As can be seen from fig. 7, the frequency components of the net voltage data are mainly concentrated in the low frequency portion, the first 2 frequency band signals are concentrated in the main components of the net voltage signal, the signal fluctuation in the high frequency component is large, but the amplitude is small, the ratio in the whole input signal is very small, and the signal noise is large. Therefore, high-frequency components are removed, only signals of [3.0] and [3.1] nodes are reserved, and signal reconstruction is carried out by using the following formula.

The wavelet coefficients are:

；

the wavelet reconstruction formula is as follows:

；

obtaining a voltage signal characteristic vector x of each fault type of the UPS battery _{Feature vector} . In the embodiment, 500 groups of samples are collected, the front 450 groups of samples are divided into a training set, and the rear 50 groups of samples are divided into a testing set.

Determining the value range of the width learning parameter: as shown in the above, through reference of a large number of documents and cross experimental verification, the regularization parameter C = 2^ -30, the enhanced node scaling factor s =0.8, the characteristic node m of the width learning network, the enhanced node N and the characteristic window number N are respectively determined to be [2 ], [2 ] 20 and [ 50 ]. Improved genetic algorithms.

The embodiment combines some advantages and disadvantages of the genetic algorithm and combines the practical problem of width learning parameter optimization to improve the genetic algorithm so as to realize the purpose of the invention.

And (3) encoding: for the width learning network feature node m, the enhanced node N and the feature window number N,

the parameters are real encoded, wherein the chromosomal genome of the population of individuals becomes:

N={N _i ,N _j ,N _k }；

note: n is a radical of hydrogen _i ∈[2 20] ，N _j ∈[2 20]，N _k ∈[50 500]。

Selecting: according to the individual genes of the coding population, the fitness (the accuracy rate of the width learning output) of the individuals is calculated, the individuals are arranged from large to small, and a roulette strategy is used for selection operation.

And (3) crossing: generating a random number for the chromosome left after the selection operation, if the random number is greater than or equal to the crossover probability P _c Performing the following crossover operation, otherwise, reselecting a pair of chromosomes from the rest chromosomes to continue generating a random number, and determining whether the crossover operation can be performed, in this embodiment, the crossover probability P _c =0.8. In the chromosome crossing process, both the crossing starting point position and the crossing length are randomly generated so as to improve the randomness of the population and avoid the algorithm from falling into local convergence.

Mutation: the traditional mutation operation adopts a random mutation optimizing mode which easily causes 'precocity' to cause local convergence, so that the efficiency of the algorithm is not high _m =0.3，T（Number of iterations) =50.

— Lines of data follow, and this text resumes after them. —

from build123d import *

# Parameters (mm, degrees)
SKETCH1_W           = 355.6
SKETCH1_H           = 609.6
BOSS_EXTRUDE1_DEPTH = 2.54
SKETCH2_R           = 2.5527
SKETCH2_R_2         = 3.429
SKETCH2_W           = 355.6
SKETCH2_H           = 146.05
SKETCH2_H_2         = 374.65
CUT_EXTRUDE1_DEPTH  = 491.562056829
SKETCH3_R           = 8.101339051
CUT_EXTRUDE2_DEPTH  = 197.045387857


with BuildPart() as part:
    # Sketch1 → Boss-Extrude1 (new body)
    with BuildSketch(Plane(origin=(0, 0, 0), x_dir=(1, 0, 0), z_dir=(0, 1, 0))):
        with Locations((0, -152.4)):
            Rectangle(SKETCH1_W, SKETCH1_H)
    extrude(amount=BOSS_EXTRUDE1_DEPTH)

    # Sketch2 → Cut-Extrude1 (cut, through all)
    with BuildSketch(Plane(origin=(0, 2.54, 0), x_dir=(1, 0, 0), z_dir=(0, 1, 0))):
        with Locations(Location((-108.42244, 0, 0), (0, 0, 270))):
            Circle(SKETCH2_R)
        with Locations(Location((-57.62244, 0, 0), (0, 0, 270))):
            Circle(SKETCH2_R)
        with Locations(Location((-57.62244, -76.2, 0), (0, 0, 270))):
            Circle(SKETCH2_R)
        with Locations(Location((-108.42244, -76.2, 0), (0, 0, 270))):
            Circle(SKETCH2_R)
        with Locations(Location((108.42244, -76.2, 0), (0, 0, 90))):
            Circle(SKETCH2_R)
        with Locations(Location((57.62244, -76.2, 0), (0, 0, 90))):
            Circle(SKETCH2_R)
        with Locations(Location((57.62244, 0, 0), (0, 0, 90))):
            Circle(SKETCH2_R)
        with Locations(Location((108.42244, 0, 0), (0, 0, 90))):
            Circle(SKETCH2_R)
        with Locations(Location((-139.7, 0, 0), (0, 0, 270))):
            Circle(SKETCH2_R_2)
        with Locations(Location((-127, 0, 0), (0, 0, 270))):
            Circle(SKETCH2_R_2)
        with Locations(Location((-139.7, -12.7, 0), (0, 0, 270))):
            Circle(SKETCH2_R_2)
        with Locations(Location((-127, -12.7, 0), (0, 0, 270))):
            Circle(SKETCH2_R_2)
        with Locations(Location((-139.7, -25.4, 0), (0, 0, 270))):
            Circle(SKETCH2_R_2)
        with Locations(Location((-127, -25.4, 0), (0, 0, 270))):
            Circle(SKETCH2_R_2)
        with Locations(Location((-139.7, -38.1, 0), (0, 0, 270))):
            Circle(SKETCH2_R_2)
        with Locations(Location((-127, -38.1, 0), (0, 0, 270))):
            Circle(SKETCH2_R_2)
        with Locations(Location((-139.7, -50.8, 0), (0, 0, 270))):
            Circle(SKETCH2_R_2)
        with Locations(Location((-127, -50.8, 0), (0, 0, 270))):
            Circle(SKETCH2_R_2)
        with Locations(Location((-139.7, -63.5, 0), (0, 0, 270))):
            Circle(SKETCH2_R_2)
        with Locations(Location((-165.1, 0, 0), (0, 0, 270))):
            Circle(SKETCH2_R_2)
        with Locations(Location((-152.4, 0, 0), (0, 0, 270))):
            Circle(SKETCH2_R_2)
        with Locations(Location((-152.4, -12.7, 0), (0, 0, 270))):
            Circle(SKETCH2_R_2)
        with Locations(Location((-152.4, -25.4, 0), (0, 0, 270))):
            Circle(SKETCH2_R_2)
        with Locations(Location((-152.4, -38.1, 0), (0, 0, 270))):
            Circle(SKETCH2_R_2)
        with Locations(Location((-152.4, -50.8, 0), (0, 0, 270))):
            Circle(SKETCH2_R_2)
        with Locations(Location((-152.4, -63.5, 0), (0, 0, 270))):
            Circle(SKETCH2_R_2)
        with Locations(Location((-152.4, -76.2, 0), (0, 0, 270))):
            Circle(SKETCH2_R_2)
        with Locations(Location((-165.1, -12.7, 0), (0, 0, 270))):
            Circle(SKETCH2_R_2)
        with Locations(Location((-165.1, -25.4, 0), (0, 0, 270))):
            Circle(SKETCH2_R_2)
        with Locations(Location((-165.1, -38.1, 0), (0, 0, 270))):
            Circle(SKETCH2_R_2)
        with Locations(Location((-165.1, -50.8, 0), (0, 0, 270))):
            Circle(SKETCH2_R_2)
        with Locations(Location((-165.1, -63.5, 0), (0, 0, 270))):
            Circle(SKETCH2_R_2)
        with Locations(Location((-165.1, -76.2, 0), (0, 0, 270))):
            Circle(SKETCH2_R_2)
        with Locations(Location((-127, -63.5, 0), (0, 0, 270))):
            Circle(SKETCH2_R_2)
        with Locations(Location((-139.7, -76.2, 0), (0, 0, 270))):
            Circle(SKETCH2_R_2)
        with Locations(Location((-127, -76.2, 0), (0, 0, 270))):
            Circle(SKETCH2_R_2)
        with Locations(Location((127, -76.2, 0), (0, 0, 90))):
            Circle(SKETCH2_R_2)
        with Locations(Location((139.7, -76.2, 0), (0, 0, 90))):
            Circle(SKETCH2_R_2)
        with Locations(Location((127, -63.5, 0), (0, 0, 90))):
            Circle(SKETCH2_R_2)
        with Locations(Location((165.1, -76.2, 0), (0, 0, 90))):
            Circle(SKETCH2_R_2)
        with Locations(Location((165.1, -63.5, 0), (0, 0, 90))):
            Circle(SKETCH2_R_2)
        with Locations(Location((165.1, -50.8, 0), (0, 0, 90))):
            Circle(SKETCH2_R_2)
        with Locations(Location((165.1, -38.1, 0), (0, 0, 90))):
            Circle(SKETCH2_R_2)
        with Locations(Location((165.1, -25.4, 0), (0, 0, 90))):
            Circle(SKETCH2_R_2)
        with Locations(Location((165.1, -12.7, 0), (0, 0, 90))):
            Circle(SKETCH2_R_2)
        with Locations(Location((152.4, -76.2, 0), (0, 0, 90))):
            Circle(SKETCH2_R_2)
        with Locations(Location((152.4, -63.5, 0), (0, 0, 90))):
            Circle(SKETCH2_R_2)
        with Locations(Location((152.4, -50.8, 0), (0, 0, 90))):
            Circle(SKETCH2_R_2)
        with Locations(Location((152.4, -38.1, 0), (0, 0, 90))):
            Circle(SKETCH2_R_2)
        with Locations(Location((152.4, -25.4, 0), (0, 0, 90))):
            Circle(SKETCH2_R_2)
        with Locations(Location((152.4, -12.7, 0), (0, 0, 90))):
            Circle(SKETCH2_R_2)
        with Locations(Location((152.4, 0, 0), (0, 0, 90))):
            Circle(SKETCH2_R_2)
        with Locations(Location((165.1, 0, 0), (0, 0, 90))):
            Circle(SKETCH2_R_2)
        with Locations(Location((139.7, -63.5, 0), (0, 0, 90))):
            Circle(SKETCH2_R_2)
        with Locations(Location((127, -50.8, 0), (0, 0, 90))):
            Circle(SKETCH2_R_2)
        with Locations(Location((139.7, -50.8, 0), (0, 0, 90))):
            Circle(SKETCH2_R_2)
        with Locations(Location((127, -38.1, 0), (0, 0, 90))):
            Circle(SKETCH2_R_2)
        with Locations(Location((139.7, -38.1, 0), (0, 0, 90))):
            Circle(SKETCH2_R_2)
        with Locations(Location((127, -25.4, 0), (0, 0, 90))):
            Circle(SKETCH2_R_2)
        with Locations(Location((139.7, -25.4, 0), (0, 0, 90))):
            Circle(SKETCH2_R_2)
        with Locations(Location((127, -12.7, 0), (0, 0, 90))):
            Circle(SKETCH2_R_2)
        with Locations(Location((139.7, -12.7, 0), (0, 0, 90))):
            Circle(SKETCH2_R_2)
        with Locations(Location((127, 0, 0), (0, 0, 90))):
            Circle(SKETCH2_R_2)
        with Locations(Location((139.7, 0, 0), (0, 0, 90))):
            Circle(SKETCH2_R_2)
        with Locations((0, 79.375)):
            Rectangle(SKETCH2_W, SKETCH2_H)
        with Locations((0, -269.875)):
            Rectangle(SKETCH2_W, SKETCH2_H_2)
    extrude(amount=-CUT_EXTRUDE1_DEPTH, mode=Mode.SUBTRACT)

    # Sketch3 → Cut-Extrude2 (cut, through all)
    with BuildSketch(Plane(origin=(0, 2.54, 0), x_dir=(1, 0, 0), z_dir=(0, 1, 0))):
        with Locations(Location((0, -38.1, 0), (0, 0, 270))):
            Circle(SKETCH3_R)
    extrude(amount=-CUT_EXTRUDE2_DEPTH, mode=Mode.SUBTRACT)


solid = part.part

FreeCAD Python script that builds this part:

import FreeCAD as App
import Part
import Sketcher

V = App.Vector
Q = App.Units.Quantity

doc = App.newDocument("Part")
body = doc.addObject("PartDesign::Body", "Body")

sketch1 = body.newObject("Sketcher::SketchObject", "Sketch")
sketch1.AttachmentSupport = (doc.getObject("XZ_Plane"), [""])
sketch1.MapMode = "FlatFace"
sketch1.addGeometry([
    Part.LineSegment(V(-178, -152, 0), V(-178, 457, 0)),
    Part.LineSegment(V(-178, 457, 0), V(178, 457, 0)),
    Part.LineSegment(V(178, 457, 0), V(178, -152, 0)),
    Part.LineSegment(V(178, -152, 0), V(-178, -152, 0)),
], False)
sketch1.addConstraint([
    Sketcher.Constraint("Coincident", 0, 2, 1, 1),
    Sketcher.Constraint("Coincident", 1, 2, 2, 1),
    Sketcher.Constraint("Coincident", 2, 2, 3, 1),
    Sketcher.Constraint("Coincident", 3, 2, 0, 1),
    Sketcher.Constraint("Vertical", 0),
    Sketcher.Constraint("Horizontal", 1),
    Sketcher.Constraint("Vertical", 2),
    Sketcher.Constraint("Horizontal", 3),
    Sketcher.Constraint("DistanceX", 1, 1, 1, 2, Q("14 in")),
    Sketcher.Constraint("DistanceY", 0, 1, 0, 2, Q("24 in")),
    Sketcher.Constraint("DistanceX", 0, 2, -1, 1, Q("7 in")),
    Sketcher.Constraint("DistanceY", -1, 1, 0, 2, Q("18 in")),
])
pad1 = body.newObject("PartDesign::Pad", "Pad")
pad1.Profile = sketch1
pad1.Length = Q("0.1 in")
pad1.Reversed = True

sketch2 = body.newObject("Sketcher::SketchObject", "Sketch001")
sketch2.AttachmentSupport = (doc.getObject("XZ_Plane"), [""])
sketch2.MapMode = "FlatFace"
sketch2.AttachmentOffset = App.Placement(V(0, 0, -0.1 * 25.4), App.Rotation())
sketch2.addGeometry([
    Part.Circle(V(-108.4, 0, 0), V(0, 0, 1), 2.6),
    Part.Circle(V(-57.6, 0, 0), V(0, 0, 1), 2.6),
    Part.Circle(V(-57.6, 76.2, 0), V(0, 0, 1), 2.6),
    Part.Circle(V(-108.4, 76.2, 0), V(0, 0, 1), 2.6),
    Part.Circle(V(108.4, 76.2, 0), V(0, 0, 1), 2.6),
    Part.Circle(V(57.6, 76.2, 0), V(0, 0, 1), 2.6),
    Part.Circle(V(57.6, 0, 0), V(0, 0, 1), 2.6),
    Part.Circle(V(108.4, 0, 0), V(0, 0, 1), 2.6),
    Part.Circle(V(-139.7, 0, 0), V(0, 0, 1), 3.4),
    Part.Circle(V(-127, 0, 0), V(0, 0, 1), 3.4),
    Part.Circle(V(-139.7, 12.7, 0), V(0, 0, 1), 3.4),
    Part.Circle(V(-127, 12.7, 0), V(0, 0, 1), 3.4),
    Part.Circle(V(-139.7, 25.4, 0), V(0, 0, 1), 3.4),
    Part.Circle(V(-127, 25.4, 0), V(0, 0, 1), 3.4),
    Part.Circle(V(-139.7, 38.1, 0), V(0, 0, 1), 3.4),
    Part.Circle(V(-127, 38.1, 0), V(0, 0, 1), 3.4),
    Part.Circle(V(-139.7, 50.8, 0), V(0, 0, 1), 3.4),
    Part.Circle(V(-127, 50.8, 0), V(0, 0, 1), 3.4),
    Part.Circle(V(-139.7, 63.5, 0), V(0, 0, 1), 3.4),
    Part.Circle(V(-165.1, 0, 0), V(0, 0, 1), 3.4),
    Part.Circle(V(-152.4, 0, 0), V(0, 0, 1), 3.4),
    Part.Circle(V(-152.4, 12.7, 0), V(0, 0, 1), 3.4),
    Part.Circle(V(-152.4, 25.4, 0), V(0, 0, 1), 3.4),
    Part.Circle(V(-152.4, 38.1, 0), V(0, 0, 1), 3.4),
    Part.Circle(V(-152.4, 50.8, 0), V(0, 0, 1), 3.4),
    Part.Circle(V(-152.4, 63.5, 0), V(0, 0, 1), 3.4),
    Part.Circle(V(-152.4, 76.2, 0), V(0, 0, 1), 3.4),
    Part.Circle(V(-165.1, 12.7, 0), V(0, 0, 1), 3.4),
    Part.Circle(V(-165.1, 25.4, 0), V(0, 0, 1), 3.4),
    Part.Circle(V(-165.1, 38.1, 0), V(0, 0, 1), 3.4),
    Part.Circle(V(-165.1, 50.8, 0), V(0, 0, 1), 3.4),
    Part.Circle(V(-165.1, 63.5, 0), V(0, 0, 1), 3.4),
    Part.Circle(V(-165.1, 76.2, 0), V(0, 0, 1), 3.4),
    Part.Circle(V(-127, 63.5, 0), V(0, 0, 1), 3.4),
    Part.Circle(V(-139.7, 76.2, 0), V(0, 0, 1), 3.4),
    Part.Circle(V(-127, 76.2, 0), V(0, 0, 1), 3.4),
    Part.Circle(V(127, 76.2, 0), V(0, 0, 1), 3.4),
    Part.Circle(V(139.7, 76.2, 0), V(0, 0, 1), 3.4),
    Part.Circle(V(127, 63.5, 0), V(0, 0, 1), 3.4),
    Part.Circle(V(165.1, 76.2, 0), V(0, 0, 1), 3.4),
    Part.Circle(V(165.1, 63.5, 0), V(0, 0, 1), 3.4),
    Part.Circle(V(165.1, 50.8, 0), V(0, 0, 1), 3.4),
    Part.Circle(V(165.1, 38.1, 0), V(0, 0, 1), 3.4),
    Part.Circle(V(165.1, 25.4, 0), V(0, 0, 1), 3.4),
    Part.Circle(V(165.1, 12.7, 0), V(0, 0, 1), 3.4),
    Part.Circle(V(152.4, 76.2, 0), V(0, 0, 1), 3.4),
    Part.Circle(V(152.4, 63.5, 0), V(0, 0, 1), 3.4),
    Part.Circle(V(152.4, 50.8, 0), V(0, 0, 1), 3.4),
    Part.Circle(V(152.4, 38.1, 0), V(0, 0, 1), 3.4),
    Part.Circle(V(152.4, 25.4, 0), V(0, 0, 1), 3.4),
    Part.Circle(V(152.4, 12.7, 0), V(0, 0, 1), 3.4),
    Part.Circle(V(152.4, 0, 0), V(0, 0, 1), 3.4),
    Part.Circle(V(165.1, 0, 0), V(0, 0, 1), 3.4),
    Part.Circle(V(139.7, 63.5, 0), V(0, 0, 1), 3.4),
    Part.Circle(V(127, 50.8, 0), V(0, 0, 1), 3.4),
    Part.Circle(V(139.7, 50.8, 0), V(0, 0, 1), 3.4),
    Part.Circle(V(127, 38.1, 0), V(0, 0, 1), 3.4),
    Part.Circle(V(139.7, 38.1, 0), V(0, 0, 1), 3.4),
    Part.Circle(V(127, 25.4, 0), V(0, 0, 1), 3.4),
    Part.Circle(V(139.7, 25.4, 0), V(0, 0, 1), 3.4),
    Part.Circle(V(127, 12.7, 0), V(0, 0, 1), 3.4),
    Part.Circle(V(139.7, 12.7, 0), V(0, 0, 1), 3.4),
    Part.Circle(V(127, 0, 0), V(0, 0, 1), 3.4),
    Part.Circle(V(139.7, 0, 0), V(0, 0, 1), 3.4),
    Part.LineSegment(V(-177.8, -152.4, 0), V(-177.8, -6.3, 0)),
    Part.LineSegment(V(-177.8, -6.3, 0), V(177.8, -6.3, 0)),
    Part.LineSegment(V(177.8, -6.3, 0), V(177.8, -152.4, 0)),
    Part.LineSegment(V(177.8, -152.4, 0), V(-177.8, -152.4, 0)),
    Part.LineSegment(V(-177.8, 82.5, 0), V(-177.8, 457.2, 0)),
    Part.LineSegment(V(-177.8, 457.2, 0), V(177.8, 457.2, 0)),
    Part.LineSegment(V(177.8, 457.2, 0), V(177.8, 82.5, 0)),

The specific process is as follows:

first, the parent generated by selection, crossover:

；

then a perturbation ω is given to the parent to generate a new individual:

；

note: ω = [ -1,1] continuous uniform random number, 0.95 is the variation factor, and T is the number of algorithm iterations.

And (3) comparing the fitness of the child and the parent:

if it is

，

The child is accepted as the new solution.

Otherwise, the child is accepted with the following probability:

p（f(n)-f(N)）=exp((f(n)-f(N))/T)；

and calculating the fitness value of the new generation of population, judging whether a termination condition (N is more than or equal to 50) is met, and if the termination condition is not met, outputting the values of the three parameters corresponding to the maximum target function. The output in this example is m =12,n =56.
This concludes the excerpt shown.